Bucky Dilts

No. 10
- Position: Punter

Personal information
- Born: December 6, 1953 (age 72) Corpus Christi, Texas
- Listed height: 5 ft 9 in (1.75 m)
- Listed weight: 185 lb (84 kg)

Career information
- High school: Dykes HS (Atlanta, Georgia)
- College: Georgia
- NFL draft: 1977: undrafted

Career history
- Denver Broncos (1977–1978); Baltimore Colts (1979);

Awards and highlights
- PFWA All-Rookie Team (1977);

Career NFL statistics
- Punts: 285
- Punting yards: 10,676
- Average punt: 37.5
- Longest punt: 73
- Stats at Pro Football Reference

= Bucky Dilts =

American football player (born 1953)

Douglas Riggs "Bucky" Dilts is a former punter for three years in the National Football League.

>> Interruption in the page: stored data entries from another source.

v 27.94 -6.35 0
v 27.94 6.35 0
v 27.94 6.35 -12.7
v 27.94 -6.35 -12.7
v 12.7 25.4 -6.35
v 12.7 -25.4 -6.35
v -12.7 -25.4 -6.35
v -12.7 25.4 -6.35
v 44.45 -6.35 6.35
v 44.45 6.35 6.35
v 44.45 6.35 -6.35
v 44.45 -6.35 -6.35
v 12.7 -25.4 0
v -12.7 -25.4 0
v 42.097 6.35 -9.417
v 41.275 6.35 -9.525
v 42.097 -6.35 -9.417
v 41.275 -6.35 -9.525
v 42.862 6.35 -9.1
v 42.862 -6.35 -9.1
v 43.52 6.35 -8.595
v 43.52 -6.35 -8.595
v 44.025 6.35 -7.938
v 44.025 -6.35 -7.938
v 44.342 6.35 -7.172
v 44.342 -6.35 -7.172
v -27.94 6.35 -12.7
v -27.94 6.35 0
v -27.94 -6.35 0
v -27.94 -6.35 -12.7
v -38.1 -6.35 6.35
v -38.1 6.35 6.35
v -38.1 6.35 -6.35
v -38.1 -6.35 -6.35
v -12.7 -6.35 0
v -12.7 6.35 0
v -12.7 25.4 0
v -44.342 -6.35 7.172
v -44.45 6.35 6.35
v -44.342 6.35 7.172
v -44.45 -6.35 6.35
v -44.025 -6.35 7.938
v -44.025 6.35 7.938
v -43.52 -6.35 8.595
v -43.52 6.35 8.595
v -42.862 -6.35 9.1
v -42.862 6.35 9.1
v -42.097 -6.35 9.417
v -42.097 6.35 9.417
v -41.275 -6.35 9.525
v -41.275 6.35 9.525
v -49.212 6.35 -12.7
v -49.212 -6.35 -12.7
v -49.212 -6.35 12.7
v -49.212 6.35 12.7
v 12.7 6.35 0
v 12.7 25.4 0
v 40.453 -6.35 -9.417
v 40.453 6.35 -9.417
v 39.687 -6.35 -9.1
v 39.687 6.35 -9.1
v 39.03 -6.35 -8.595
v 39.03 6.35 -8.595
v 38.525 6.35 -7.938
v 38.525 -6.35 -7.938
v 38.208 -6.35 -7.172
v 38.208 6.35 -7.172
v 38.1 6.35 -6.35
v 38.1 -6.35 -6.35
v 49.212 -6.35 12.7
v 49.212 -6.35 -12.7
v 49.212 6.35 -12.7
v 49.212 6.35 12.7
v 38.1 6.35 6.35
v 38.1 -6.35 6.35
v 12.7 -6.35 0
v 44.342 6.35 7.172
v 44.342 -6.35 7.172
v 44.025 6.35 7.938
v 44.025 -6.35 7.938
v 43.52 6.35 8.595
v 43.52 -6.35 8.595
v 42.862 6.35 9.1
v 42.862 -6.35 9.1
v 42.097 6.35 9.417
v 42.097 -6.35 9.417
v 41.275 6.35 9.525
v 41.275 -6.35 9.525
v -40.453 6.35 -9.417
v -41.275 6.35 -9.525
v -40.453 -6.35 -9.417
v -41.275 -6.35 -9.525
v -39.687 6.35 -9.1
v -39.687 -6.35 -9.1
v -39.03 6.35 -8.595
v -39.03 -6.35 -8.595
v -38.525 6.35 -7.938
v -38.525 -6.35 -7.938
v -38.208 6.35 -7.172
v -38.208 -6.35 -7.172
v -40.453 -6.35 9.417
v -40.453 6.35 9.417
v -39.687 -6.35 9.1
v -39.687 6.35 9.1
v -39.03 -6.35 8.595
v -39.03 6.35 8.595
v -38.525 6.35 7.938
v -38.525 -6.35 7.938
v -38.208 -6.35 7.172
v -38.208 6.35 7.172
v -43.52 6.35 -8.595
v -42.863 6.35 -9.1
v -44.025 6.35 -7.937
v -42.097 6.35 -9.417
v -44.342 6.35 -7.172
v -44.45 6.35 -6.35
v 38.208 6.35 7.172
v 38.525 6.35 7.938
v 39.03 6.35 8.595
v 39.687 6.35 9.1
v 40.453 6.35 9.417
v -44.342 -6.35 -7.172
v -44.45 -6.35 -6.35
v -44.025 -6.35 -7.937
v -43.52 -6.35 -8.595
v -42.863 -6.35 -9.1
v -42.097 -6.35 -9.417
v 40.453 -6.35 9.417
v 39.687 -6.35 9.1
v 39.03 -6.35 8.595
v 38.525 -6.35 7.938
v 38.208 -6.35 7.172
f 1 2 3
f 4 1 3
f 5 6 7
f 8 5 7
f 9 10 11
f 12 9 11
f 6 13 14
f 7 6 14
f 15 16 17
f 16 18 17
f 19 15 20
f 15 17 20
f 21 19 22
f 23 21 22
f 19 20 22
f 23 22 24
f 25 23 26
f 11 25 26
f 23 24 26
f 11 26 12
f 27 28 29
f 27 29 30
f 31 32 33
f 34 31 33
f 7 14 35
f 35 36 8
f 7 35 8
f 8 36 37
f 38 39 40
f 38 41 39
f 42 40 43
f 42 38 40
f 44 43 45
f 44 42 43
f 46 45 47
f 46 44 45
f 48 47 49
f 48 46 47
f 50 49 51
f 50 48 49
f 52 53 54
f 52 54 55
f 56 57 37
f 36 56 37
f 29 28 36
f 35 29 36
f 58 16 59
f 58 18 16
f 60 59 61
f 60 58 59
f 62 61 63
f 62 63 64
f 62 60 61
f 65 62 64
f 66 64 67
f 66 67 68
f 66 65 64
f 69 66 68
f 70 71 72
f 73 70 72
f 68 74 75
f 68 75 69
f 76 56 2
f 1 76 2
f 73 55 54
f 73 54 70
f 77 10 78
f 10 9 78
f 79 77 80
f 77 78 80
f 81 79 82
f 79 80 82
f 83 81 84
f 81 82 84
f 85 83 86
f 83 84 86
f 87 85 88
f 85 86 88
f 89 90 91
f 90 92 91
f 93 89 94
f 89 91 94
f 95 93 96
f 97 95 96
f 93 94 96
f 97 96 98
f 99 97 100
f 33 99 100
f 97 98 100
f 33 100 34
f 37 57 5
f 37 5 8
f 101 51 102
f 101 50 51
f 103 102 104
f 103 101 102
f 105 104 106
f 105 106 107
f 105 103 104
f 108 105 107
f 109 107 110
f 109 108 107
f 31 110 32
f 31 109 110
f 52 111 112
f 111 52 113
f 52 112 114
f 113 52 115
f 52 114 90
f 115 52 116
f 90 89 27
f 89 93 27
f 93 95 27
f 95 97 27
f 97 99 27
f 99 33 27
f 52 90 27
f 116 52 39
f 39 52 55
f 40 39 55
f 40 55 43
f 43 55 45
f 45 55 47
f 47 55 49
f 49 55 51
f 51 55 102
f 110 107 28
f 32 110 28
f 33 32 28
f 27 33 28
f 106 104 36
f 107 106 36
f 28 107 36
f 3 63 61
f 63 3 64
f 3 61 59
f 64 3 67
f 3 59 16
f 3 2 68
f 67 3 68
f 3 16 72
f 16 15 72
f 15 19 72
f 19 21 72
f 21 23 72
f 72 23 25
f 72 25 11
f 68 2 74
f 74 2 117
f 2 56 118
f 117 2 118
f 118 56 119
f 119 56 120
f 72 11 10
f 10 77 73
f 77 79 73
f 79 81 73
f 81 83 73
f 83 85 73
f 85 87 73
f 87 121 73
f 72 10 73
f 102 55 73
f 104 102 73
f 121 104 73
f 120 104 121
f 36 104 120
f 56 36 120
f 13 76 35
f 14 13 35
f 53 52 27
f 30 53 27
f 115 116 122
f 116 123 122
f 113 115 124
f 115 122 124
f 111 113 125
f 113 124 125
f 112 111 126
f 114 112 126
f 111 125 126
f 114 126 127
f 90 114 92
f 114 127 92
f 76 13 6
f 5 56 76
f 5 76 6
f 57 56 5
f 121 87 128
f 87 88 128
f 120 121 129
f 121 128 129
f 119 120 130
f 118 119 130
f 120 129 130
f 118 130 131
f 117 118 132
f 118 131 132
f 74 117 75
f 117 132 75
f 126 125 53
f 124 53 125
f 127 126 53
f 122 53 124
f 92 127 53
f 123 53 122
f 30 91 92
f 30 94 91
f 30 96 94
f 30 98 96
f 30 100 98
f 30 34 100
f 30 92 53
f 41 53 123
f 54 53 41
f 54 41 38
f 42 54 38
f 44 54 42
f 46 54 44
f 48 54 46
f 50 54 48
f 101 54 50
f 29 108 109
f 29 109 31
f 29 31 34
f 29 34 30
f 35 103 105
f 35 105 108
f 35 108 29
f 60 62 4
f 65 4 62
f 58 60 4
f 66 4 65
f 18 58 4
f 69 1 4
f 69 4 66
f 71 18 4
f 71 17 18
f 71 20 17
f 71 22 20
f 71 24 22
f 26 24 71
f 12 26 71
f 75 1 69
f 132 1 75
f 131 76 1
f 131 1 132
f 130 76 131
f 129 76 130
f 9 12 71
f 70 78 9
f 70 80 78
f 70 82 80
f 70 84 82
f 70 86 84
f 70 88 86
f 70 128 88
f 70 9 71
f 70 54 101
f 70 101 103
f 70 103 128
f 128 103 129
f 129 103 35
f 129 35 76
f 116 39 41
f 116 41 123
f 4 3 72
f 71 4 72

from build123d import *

# Parameters (mm, degrees)
SKETCH1_W            = 98.425
SKETCH1_H            = 12.7
BOSS_EXTRUDE1_DEPTH  = 12.7
CUT_EXTRUDE1_REACH   = 54.388
SKETCH2_W            = 6.35
SKETCH2_H            = 19.05
FILLET1_R            = 3.175
FILLET2_R            = 3.175
FILLET3_R            = 3.175
FILLET4_R            = 3.175
FILLET1_OF_MIRROR1_R = 3.175
FILLET2_OF_MIRROR1_R = 3.175
FILLET3_OF_MIRROR1_R = 3.175
FILLET4_OF_MIRROR1_R = 3.175
CUT_EXTRUDE2_REACH   = 54.388
SKETCH5_W            = 55.88
SKETCH5_H            = 12.7
SKETCH6_W            = 25.4
SKETCH6_H            = 50.8
BOSS_EXTRUDE3_DEPTH  = 6.35


with BuildPart() as part:
    # Sketch1 → Boss-Extrude1 (new, symmetric)
    with BuildSketch(Plane.XY):
        Rectangle(SKETCH1_W, SKETCH1_H)
    extrude(amount=BOSS_EXTRUDE1_DEPTH, both=True)

    # Sketch2 → Cut-Extrude1 (cut, up to next)
    with BuildSketch(Plane(origin=(0, 6.35, 0), x_dir=(1, 0, 0), z_dir=(0, 1, 0)), mode=Mode.PRIVATE) as cut_extrude1_sk1:
        with Locations((-41.275, 0)):
            Rectangle(SKETCH2_W, SKETCH2_H)
    cut_extrude1_tool1 = extrude(cut_extrude1_sk1.sketch, amount=-CUT_EXTRUDE1_REACH, mode=Mode.PRIVATE) & part.part
    cut_extrude1 = cut_extrude1_tool1.solids().sort_by_distance((-41.275, 6.35, 0))[0]
    add(cut_extrude1, mode=Mode.SUBTRACT)

    # Fillet1
    fillet1_edges = [part.edges().sort_by_distance(p)[0] for p in [
        (-44.45, 0, -9.525),
    ]]
    fillet(fillet1_edges, radius=FILLET1_R)

    # Fillet2
    fillet2_edges = [part.edges().sort_by_distance(p)[0] for p in [
        (-38.1, 0, -9.525),
    ]]
    fillet(fillet2_edges, radius=FILLET2_R - 0.0001)  # a hair under: the kernel refuses the full size

    # Fillet3
    fillet3_edges = [part.edges().sort_by_distance(p)[0] for p in [
        (-44.45, 0, 9.525),
    ]]
    fillet(fillet3_edges, radius=FILLET3_R)

    # Fillet4
    fillet4_edges = [part.edges().sort_by_distance(p)[0] for p in [
        (-38.1, 0, 9.525),
    ]]
    fillet(fillet4_edges, radius=FILLET4_R - 0.0001)  # a hair under: the kernel refuses the full size

    # Mirror1: Cut-Extrude1 across plane
    add(cut_extrude1.mirror(Plane(origin=(0, 0, 0), x_dir=(0, 0, 1), z_dir=(1, 0, 0))), mode=Mode.SUBTRACT)

    # Fillet1 of Mirror1
    fillet1_of_mirror1_edges = [part.edges().sort_by_distance(p)[0] for p in [
        (44.45, 0, -9.525),
    ]]
    fillet(fillet1_of_mirror1_edges, radius=FILLET1_OF_MIRROR1_R)

    # Fillet2 of Mirror1
    fillet2_of_mirror1_edges = [part.edges().sort_by_distance(p)[0] for p in [
        (38.1, 0, -9.525),
    ]]
    fillet(fillet2_of_mirror1_edges, radius=FILLET2_OF_MIRROR1_R - 0.0001)  # a hair under: the kernel refuses the full size

    # Fillet3 of Mirror1
    fillet3_of_mirror1_edges = [part.edges().sort_by_distance(p)[0] for p in [
        (44.45, 0, 9.525),
    ]]
    fillet(fillet3_of_mirror1_edges, radius=FILLET3_OF_MIRROR1_R)

    # Fillet4 of Mirror1
    fillet4_of_mirror1_edges = [part.edges().sort_by_distance(p)[0] for p in [
        (38.1, 0, 9.525),
    ]]
    fillet(fillet4_of_mirror1_edges, radius=FILLET4_OF_MIRROR1_R - 0.0001)  # a hair under: the kernel refuses the full size

    # Sketch5 → Cut-Extrude2 (cut, up to next)
    with BuildSketch(Plane(origin=(0, 6.35, 0), x_dir=(1, 0, 0), z_dir=(0, 1, 0)), mode=Mode.PRIVATE) as cut_extrude2_sk1:
        with Locations((0, 6.35)):
            Rectangle(SKETCH5_W, SKETCH5_H)
    cut_extrude2_tool1 = extrude(cut_extrude2_sk1.sketch, amount=-CUT_EXTRUDE2_REACH, mode=Mode.PRIVATE) & part.part
    add(cut_extrude2_tool1.solids().sort_by_distance((0, 6.35, -6.35))[0], mode=Mode.SUBTRACT)

    # Sketch6 → Boss-Extrude3 (add)
    with BuildSketch(Plane(origin=(0, 0, 0), x_dir=(-1, 0, 0), z_dir=(0, 0, -1))):
        Rectangle(SKETCH6_W, SKETCH6_H)
    extrude(amount=BOSS_EXTRUDE3_DEPTH)


solid = part.part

He played in Super Bowl XII for the Denver Broncos.

==College career==
Dilts attended the University of Georgia where he was a member of Chi Phi fraternity. He was the left-footed punter for the Georgia Bulldogs from 1974 to 1976 and played for the legendary Vince Dooley. He appeared in three bowl games, including the 1976 Cotton Bowl Classic and the 1977 Sugar Bowl and was a member of the 1976 SEC Championship Team.

==Professional career==
Dilts was signed as an undrafted free agent by the Denver Broncos in 1977. He played two years for the Broncos, including an appearance in Super Bowl XII against the Dallas Cowboys. In 1979, he played for the Baltimore Colts. The following year, after he did not receive any offers from any teams, he retired from football and went to work in sales and marketing in the Denver-Boulder area in Colorado.